Converting Custom Annotations to YOLO Keypoint Format - Writing

The corner annotator outputs a single corner_annotations.json file. Each entry maps an image path to four corner coordinates in pixels.

{
  "boards/game_042.jpg": {
    "corners": [[142, 88], [571, 92], [568, 521], [138, 518]]
  },
  "boards/game_043.jpg": {
    "corners": [[98, 112], [540, 105], [545, 548], [95, 552]]
  }
}

YOLO needs something completely different. One .txt file per image, with normalised coordinates, in a specific directory layout. Getting from one to the other is tedious enough to warrant its own script.

What YOLO pose format looks like

Each label file contains one line per detected object. For keypoint (pose) models, the format is:

<class> <cx> <cy> <w> <h> <kp1_x> <kp1_y> <kp1_v> <kp2_x> <kp2_y> <kp2_v> ...
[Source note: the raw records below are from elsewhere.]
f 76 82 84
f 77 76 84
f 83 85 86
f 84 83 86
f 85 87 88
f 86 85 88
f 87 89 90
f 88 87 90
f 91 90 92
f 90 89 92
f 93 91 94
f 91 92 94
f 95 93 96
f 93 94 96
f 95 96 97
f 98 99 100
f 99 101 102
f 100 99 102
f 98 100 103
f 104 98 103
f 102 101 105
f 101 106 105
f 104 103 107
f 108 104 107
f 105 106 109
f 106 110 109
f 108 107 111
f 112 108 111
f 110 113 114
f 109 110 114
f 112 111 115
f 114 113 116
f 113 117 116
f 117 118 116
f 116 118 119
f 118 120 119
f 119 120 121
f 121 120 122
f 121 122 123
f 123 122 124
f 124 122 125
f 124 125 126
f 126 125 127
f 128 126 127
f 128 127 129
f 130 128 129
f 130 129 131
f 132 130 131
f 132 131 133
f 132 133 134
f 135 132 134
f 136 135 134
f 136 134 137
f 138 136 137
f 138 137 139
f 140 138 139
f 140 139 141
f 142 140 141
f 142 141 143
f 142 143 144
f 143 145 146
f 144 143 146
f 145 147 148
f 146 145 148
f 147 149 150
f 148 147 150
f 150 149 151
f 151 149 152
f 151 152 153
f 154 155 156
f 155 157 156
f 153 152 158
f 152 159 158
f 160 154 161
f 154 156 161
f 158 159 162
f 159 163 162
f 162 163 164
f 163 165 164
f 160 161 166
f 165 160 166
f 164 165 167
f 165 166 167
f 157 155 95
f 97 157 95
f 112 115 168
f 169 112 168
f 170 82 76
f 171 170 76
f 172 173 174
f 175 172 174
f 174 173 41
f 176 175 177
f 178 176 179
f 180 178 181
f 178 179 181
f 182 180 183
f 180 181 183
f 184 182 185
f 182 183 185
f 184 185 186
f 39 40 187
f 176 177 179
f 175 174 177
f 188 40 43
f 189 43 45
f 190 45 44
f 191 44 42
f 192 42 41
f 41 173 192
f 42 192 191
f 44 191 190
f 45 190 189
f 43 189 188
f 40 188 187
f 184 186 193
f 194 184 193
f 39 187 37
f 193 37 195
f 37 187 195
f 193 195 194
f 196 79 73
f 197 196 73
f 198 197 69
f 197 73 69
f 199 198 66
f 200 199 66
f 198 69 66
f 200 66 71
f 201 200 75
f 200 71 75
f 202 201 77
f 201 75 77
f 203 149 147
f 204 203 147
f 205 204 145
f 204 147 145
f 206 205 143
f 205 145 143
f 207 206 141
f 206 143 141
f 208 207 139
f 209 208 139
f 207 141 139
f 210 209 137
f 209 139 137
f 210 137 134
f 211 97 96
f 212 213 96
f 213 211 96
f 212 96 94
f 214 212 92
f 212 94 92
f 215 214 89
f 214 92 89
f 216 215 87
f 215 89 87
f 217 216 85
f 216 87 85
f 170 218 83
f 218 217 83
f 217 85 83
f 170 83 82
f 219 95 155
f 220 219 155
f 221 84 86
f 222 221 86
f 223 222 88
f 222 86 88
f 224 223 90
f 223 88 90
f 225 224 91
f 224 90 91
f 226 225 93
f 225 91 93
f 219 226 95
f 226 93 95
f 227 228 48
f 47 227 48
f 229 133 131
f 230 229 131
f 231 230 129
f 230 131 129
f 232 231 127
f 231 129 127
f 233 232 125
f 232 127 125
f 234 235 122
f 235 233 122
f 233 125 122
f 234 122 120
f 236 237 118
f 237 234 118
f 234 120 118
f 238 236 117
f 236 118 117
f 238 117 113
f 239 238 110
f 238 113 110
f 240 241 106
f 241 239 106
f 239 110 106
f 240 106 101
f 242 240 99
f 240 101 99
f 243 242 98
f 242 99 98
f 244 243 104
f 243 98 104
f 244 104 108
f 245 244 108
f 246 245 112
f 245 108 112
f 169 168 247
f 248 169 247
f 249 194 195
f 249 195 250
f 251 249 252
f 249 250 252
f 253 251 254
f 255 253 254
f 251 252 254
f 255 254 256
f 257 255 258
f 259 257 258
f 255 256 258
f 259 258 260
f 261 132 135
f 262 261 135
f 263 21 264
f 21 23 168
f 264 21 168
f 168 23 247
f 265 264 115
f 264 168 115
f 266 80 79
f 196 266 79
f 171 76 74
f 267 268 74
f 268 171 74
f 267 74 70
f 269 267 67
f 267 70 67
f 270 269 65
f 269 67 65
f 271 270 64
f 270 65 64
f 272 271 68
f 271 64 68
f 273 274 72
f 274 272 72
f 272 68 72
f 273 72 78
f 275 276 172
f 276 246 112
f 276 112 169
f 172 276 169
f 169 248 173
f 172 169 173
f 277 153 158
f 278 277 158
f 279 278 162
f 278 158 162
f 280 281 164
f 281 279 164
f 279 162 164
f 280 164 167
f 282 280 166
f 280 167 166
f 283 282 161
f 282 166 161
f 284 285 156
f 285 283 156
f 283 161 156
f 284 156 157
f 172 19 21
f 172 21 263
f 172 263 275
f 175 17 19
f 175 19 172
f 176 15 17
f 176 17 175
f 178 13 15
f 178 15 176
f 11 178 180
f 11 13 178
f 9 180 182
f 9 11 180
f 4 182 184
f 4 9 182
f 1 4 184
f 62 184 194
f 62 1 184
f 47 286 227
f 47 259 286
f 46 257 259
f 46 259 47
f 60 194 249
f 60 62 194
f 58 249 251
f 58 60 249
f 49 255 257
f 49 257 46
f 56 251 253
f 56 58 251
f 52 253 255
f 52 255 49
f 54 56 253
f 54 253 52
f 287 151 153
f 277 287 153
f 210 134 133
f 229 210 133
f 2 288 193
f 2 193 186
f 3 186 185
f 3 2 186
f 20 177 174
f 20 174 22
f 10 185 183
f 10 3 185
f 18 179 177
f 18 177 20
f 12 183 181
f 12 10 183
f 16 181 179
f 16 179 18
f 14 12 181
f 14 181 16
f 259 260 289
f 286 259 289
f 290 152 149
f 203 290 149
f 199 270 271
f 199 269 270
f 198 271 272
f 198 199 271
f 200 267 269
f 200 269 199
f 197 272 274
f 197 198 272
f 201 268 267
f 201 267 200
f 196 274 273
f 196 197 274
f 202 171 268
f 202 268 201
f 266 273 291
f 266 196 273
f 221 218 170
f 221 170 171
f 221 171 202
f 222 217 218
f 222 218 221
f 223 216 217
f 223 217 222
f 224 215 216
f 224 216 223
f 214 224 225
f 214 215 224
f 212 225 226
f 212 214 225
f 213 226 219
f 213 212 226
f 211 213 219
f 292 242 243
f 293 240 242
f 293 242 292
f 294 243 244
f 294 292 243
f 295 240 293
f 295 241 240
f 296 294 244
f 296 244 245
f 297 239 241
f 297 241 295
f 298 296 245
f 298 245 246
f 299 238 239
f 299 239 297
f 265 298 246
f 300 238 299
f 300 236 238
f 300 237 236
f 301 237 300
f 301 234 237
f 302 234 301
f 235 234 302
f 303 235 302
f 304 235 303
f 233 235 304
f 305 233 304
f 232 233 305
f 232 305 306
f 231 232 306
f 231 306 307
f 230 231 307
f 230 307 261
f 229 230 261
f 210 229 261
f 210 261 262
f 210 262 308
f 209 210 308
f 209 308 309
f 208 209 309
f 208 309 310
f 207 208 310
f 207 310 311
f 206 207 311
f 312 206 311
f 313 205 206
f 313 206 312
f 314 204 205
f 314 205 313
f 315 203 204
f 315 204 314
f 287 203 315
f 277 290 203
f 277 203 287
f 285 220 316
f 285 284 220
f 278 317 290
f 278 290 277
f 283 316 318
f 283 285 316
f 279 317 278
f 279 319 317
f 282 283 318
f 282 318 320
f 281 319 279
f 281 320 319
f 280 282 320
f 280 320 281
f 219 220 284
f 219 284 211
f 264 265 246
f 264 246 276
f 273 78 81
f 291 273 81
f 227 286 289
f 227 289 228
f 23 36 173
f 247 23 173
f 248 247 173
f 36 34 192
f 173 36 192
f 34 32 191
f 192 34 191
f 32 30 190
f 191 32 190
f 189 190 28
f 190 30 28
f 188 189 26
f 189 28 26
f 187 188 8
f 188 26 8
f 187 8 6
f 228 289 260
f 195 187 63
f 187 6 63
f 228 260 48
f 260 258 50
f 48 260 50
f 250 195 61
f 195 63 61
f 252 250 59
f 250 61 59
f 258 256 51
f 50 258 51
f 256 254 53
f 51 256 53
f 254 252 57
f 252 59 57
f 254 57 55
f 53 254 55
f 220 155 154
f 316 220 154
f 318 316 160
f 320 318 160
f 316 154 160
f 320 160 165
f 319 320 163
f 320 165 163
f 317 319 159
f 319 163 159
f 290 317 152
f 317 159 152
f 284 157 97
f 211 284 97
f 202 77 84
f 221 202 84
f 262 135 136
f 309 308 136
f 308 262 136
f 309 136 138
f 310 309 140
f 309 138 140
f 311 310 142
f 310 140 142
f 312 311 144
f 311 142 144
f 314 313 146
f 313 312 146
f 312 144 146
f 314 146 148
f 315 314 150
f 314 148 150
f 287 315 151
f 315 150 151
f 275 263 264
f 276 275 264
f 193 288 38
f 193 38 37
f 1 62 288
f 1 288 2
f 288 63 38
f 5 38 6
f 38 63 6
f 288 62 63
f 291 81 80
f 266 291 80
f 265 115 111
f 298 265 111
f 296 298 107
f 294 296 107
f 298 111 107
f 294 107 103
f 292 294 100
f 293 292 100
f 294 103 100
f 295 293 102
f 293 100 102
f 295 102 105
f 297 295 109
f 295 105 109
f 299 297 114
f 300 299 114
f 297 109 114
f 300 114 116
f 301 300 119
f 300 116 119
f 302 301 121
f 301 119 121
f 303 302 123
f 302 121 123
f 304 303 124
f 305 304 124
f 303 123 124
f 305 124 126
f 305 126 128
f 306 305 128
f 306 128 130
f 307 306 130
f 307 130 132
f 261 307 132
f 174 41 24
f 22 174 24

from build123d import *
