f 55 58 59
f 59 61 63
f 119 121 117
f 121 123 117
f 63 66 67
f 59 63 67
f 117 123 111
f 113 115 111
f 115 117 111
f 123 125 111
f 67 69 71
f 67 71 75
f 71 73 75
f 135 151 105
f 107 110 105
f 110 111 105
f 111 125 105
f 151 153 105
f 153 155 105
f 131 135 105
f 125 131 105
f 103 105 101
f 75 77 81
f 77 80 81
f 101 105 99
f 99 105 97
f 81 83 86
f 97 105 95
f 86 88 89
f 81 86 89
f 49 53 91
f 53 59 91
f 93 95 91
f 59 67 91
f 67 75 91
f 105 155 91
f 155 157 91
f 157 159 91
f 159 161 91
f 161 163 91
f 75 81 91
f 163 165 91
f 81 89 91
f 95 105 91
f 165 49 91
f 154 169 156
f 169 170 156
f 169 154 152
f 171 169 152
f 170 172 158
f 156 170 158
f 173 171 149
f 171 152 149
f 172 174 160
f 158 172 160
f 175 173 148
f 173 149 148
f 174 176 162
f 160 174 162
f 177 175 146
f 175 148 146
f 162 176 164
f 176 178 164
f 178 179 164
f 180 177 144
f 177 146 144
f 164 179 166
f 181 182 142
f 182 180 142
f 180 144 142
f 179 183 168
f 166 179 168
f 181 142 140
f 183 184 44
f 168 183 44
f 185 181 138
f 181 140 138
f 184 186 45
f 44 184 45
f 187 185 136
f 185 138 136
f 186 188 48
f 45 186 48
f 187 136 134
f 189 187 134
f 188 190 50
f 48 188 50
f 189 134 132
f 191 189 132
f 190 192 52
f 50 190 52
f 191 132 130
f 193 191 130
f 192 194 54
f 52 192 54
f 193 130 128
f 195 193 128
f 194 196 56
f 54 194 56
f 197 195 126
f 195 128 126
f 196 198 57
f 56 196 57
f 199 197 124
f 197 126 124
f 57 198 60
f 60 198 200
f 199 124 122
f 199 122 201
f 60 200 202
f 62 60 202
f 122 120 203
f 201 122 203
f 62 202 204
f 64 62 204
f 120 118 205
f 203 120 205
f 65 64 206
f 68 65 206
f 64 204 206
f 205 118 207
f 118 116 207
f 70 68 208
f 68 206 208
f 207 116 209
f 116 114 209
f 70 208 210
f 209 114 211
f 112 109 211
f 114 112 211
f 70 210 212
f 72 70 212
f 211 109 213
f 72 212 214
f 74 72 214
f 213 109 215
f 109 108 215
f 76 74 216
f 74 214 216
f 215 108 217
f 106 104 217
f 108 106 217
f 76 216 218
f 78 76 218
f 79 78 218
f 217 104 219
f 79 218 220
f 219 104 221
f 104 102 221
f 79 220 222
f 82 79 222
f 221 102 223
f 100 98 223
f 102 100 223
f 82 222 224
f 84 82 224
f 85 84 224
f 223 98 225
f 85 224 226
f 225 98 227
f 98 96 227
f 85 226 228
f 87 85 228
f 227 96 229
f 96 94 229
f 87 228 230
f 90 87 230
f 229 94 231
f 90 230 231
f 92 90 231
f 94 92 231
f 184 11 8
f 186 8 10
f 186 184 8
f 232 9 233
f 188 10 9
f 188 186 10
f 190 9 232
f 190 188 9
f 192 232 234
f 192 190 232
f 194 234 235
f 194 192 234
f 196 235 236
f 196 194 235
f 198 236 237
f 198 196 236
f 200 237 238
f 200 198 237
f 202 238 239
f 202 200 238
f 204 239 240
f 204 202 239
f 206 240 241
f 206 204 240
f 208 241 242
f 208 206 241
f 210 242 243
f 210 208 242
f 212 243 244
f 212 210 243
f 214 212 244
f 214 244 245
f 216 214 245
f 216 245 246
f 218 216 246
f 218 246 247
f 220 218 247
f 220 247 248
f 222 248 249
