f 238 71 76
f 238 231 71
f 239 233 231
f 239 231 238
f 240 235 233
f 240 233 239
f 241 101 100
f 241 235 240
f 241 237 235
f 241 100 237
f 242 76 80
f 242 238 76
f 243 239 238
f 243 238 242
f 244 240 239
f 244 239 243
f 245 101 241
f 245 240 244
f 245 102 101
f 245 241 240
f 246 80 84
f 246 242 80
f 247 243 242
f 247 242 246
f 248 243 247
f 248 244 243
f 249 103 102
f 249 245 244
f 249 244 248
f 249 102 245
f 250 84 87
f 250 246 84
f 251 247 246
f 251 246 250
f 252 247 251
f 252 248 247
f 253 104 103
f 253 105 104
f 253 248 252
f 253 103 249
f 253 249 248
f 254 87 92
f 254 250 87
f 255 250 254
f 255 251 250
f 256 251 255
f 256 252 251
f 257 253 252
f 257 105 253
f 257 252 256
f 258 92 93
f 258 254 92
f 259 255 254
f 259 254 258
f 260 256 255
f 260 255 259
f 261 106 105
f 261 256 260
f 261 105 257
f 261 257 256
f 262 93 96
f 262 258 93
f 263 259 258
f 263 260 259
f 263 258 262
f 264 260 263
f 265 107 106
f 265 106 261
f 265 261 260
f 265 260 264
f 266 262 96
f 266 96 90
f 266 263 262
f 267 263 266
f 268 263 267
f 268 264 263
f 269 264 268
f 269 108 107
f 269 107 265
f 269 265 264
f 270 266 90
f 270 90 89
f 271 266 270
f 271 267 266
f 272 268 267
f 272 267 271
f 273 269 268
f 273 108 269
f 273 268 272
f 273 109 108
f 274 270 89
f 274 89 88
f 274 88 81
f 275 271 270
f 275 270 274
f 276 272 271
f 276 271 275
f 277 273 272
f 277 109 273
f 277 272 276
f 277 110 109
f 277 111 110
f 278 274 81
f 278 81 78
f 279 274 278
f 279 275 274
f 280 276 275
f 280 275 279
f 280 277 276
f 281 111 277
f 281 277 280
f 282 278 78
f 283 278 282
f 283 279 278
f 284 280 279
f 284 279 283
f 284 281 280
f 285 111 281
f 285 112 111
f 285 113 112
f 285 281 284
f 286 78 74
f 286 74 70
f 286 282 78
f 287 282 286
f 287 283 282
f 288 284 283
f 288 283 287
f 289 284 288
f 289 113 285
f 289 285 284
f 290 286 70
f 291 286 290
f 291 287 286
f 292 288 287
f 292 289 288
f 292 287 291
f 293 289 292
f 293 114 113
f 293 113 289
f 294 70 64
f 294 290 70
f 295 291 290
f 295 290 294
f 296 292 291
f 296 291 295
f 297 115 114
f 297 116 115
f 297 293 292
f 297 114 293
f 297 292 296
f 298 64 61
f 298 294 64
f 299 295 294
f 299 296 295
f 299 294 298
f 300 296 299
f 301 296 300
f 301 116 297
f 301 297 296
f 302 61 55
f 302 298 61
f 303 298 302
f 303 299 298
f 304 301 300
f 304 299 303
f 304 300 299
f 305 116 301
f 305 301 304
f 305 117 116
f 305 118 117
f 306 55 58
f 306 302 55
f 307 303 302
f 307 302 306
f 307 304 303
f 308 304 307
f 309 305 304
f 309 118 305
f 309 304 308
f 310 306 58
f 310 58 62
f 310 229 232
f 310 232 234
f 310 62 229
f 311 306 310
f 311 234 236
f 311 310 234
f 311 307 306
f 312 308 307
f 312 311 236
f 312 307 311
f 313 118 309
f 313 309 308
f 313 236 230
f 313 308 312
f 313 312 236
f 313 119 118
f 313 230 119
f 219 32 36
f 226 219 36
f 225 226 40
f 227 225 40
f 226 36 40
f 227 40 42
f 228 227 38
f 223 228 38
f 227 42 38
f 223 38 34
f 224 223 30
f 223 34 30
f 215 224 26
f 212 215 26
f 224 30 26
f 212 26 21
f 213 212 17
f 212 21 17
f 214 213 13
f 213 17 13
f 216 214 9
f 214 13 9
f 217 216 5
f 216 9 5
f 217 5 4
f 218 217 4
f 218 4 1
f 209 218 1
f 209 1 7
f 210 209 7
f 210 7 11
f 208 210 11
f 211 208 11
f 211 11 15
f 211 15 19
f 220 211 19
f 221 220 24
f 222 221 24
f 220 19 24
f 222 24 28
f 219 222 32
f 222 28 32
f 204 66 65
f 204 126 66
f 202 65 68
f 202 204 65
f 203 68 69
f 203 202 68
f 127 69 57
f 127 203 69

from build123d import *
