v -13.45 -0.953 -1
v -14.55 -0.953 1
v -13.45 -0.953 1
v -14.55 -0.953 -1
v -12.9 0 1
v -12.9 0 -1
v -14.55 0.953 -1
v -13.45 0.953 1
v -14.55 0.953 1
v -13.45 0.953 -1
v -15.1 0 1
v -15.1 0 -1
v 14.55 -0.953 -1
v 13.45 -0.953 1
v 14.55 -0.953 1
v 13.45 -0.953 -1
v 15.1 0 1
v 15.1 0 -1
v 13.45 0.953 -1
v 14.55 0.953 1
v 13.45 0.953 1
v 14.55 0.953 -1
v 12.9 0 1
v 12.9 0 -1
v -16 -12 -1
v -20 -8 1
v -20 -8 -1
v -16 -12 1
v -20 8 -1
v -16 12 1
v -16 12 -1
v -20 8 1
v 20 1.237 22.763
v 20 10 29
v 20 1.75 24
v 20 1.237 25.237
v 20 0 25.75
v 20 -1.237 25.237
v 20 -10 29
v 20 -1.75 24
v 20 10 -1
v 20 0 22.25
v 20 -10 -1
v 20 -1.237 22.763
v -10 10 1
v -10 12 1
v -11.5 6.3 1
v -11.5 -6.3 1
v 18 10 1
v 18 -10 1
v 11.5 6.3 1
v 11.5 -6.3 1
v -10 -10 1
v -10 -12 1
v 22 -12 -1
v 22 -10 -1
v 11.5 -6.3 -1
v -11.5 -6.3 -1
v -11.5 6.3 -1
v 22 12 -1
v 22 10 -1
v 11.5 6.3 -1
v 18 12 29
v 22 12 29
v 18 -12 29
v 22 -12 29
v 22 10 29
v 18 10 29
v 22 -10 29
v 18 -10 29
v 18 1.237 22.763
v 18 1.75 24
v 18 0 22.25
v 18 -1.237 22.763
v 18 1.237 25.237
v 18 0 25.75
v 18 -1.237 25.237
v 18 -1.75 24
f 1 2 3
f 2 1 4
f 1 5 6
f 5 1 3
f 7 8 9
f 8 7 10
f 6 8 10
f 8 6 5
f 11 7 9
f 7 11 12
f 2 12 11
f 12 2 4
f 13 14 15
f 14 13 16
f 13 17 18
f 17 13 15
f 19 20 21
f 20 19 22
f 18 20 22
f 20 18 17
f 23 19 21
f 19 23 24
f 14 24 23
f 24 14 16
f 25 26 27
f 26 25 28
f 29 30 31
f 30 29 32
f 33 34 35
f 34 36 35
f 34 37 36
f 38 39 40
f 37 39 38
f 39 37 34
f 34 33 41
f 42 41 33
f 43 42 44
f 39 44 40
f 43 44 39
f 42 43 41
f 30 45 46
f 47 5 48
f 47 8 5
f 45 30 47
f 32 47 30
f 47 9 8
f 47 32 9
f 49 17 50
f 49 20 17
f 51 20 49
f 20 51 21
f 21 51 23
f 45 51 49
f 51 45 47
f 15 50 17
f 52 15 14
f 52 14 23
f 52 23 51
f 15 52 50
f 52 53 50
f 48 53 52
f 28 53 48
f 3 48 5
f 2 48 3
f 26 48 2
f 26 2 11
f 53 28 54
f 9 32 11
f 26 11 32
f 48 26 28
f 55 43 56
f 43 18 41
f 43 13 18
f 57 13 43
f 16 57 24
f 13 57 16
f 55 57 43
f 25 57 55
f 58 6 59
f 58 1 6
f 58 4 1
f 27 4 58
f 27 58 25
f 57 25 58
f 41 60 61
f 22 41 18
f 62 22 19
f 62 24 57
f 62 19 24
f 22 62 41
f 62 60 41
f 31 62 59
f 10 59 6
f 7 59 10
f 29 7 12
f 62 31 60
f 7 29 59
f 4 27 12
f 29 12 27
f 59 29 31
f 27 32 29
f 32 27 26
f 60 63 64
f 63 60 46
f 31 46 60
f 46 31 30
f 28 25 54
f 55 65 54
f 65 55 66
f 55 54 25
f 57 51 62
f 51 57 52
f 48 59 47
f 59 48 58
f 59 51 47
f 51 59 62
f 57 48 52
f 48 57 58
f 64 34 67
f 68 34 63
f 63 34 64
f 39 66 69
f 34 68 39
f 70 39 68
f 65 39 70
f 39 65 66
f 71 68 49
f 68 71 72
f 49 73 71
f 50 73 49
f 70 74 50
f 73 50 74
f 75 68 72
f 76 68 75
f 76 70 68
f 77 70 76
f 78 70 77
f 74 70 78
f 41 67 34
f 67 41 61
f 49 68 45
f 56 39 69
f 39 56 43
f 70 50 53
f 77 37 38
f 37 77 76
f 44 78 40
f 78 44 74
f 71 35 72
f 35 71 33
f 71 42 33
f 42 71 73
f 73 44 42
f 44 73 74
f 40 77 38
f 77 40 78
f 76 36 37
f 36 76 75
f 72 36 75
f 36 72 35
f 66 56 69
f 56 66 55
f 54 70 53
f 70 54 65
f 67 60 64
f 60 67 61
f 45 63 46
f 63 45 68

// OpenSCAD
// bottom
difference() {
    cube([40,24,2],center=true);
    cube([23.0,12.6,2.2],center=true);
    translate([0,0,0]){
        cube([22.8,12.4,2.2],center=true);
    }
    for(x=[-14,14]){
        translate([x,0,0]){
            rotate([0,0,0]){
                cylinder(d=2.2,h=60,center=true,$fn=6);
            }
        }
    }
    for(y=[-12,12]){
        translate([-20,y,0]){
            cylinder(h=2.2,d=8,$fn=4,center=true);
        }
    }
}

// side
difference() {
    translate([19,0,14]) {
        cube([2,20,30],center=true);
    }
    translate([0,0,24]){
        rotate([0,90,0]){
            cylinder(d=3.5,h=60,center=true,$fn=8);
        }
    }  
}

// trangle
for (y=[-11,11]) {
    difference() {
        translate([0,y,14]){
            cube([44,2,30], center=true);
        }
        translate([-21,0,29]){
            rotate([90,0,0]){
                cylinder(r=39,h=60,center=true,$fn=4);
            }
        }
    }
}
All coordinates are normalised to 0-1 relative to image dimensions. cx/cy is the bounding box centre, w/h is its size. Each keypoint has x, y, and a visibility flag (0 = not labelled, 1 = labelled but occluded, 2 = visible).

For a Go board with four corner keypoints, one line looks like:

0 0.52 0.49 0.63 0.71 0.21 0.14 2 0.83 0.15 2 0.82 0.85 2 0.20 0.84 2

The conversion function

The core conversion takes pixel corners and image dimensions, returns a YOLO-formatted string.
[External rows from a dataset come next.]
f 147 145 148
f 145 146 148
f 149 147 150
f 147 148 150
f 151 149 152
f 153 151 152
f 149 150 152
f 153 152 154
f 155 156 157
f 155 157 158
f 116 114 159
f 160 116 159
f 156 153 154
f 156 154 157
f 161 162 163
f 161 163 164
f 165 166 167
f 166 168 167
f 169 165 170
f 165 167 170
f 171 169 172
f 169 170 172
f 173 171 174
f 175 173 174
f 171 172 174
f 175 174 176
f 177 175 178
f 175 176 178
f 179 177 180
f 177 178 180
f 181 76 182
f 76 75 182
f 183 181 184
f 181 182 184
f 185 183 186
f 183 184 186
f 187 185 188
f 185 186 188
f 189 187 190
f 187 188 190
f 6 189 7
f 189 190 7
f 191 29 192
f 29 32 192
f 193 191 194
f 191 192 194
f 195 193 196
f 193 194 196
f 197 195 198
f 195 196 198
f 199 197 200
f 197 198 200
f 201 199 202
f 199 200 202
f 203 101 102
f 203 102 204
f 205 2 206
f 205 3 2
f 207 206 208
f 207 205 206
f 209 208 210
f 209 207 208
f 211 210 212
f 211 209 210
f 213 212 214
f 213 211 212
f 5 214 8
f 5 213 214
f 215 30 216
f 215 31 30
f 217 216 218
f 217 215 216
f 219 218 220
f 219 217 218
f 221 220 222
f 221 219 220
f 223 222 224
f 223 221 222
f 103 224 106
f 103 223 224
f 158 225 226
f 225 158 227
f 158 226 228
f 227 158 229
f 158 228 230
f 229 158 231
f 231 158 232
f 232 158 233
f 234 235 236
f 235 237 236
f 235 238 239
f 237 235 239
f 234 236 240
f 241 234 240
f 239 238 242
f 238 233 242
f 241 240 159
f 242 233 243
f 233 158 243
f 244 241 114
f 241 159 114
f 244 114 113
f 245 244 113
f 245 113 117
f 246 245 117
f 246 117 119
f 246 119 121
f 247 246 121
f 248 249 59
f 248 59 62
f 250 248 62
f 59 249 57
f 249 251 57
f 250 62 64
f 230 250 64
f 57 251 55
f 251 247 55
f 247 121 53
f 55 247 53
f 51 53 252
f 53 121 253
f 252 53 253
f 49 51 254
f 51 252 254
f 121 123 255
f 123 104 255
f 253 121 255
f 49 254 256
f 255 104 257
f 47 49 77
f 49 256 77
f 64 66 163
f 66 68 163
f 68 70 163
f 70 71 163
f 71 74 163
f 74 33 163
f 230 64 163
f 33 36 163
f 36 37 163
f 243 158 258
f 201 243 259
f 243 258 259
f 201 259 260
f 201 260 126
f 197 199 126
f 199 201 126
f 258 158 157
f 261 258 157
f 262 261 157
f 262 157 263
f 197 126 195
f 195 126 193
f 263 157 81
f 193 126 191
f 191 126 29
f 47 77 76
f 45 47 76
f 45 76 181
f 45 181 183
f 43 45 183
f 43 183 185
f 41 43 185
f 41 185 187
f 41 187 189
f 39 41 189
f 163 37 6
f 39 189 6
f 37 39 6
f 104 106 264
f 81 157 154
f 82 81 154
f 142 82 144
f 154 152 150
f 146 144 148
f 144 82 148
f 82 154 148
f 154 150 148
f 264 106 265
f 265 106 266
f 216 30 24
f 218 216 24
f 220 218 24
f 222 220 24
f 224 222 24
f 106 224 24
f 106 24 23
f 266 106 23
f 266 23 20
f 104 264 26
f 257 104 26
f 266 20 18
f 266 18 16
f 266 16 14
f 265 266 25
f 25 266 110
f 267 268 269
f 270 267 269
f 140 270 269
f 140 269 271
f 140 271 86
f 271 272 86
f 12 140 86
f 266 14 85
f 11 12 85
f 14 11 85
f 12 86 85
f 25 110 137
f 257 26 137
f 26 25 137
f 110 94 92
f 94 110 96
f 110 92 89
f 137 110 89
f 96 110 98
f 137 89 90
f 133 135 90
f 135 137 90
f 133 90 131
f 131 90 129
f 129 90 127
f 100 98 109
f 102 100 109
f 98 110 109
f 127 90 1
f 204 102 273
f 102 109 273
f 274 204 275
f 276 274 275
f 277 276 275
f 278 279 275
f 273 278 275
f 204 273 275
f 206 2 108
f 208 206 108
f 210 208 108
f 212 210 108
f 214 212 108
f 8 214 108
def to_yolo_format(corners, img_w, img_h):
    xs = [c[0] for c in corners]
    ys = [c[1] for c in corners]

    cx = (min(xs) + max(xs)) / 2 / img_w
    cy = (min(ys) + max(ys)) / 2 / img_h
    w = (max(xs) - min(xs)) / img_w
    h = (max(ys) - min(ys)) / img_h

    keypoints = []
    for corner in corners:
        kx = corner[0] / img_w
        ky = corner[1] / img_h
        keypoints.extend([kx, ky, 2])

    return f"0 {cx} {cy} {w} {h} {' '.join(map(str, keypoints))}"

The bounding box is computed from the min/max of the corner coordinates. It’s not a tight fit around the board edges, it’s the axis-aligned rectangle that contains all four corners. Close enough for YOLO’s purposes.

Building the dataset folder

YOLO expects a rigid directory structure: images/train, images/val, labels/train, labels/val. Each label file must have the same name as its image, just with a .txt extension.

import json
import shutil
import cv2
from pathlib import Path
from sklearn.model_selection import train_test_split

with open("corner_annotations.json") as f:
    annotations = json.load(f)

# Filter out missing files
valid = {k: v for k, v in annotations.items() if Path(k).exists()}

paths = list(valid.keys())
train_paths, val_paths = train_test_split(paths, test_size=0.15, random_state=42)

output = Path("corner_dataset")
for split, split_paths in [("train", train_paths), ("val", val_paths)]:
    img_dir = output / "images" / split
    lbl_dir = output / "labels" / split
    img_dir.mkdir(parents=True, exist_ok=True)
    lbl_dir.mkdir(parents=True, exist_ok=True)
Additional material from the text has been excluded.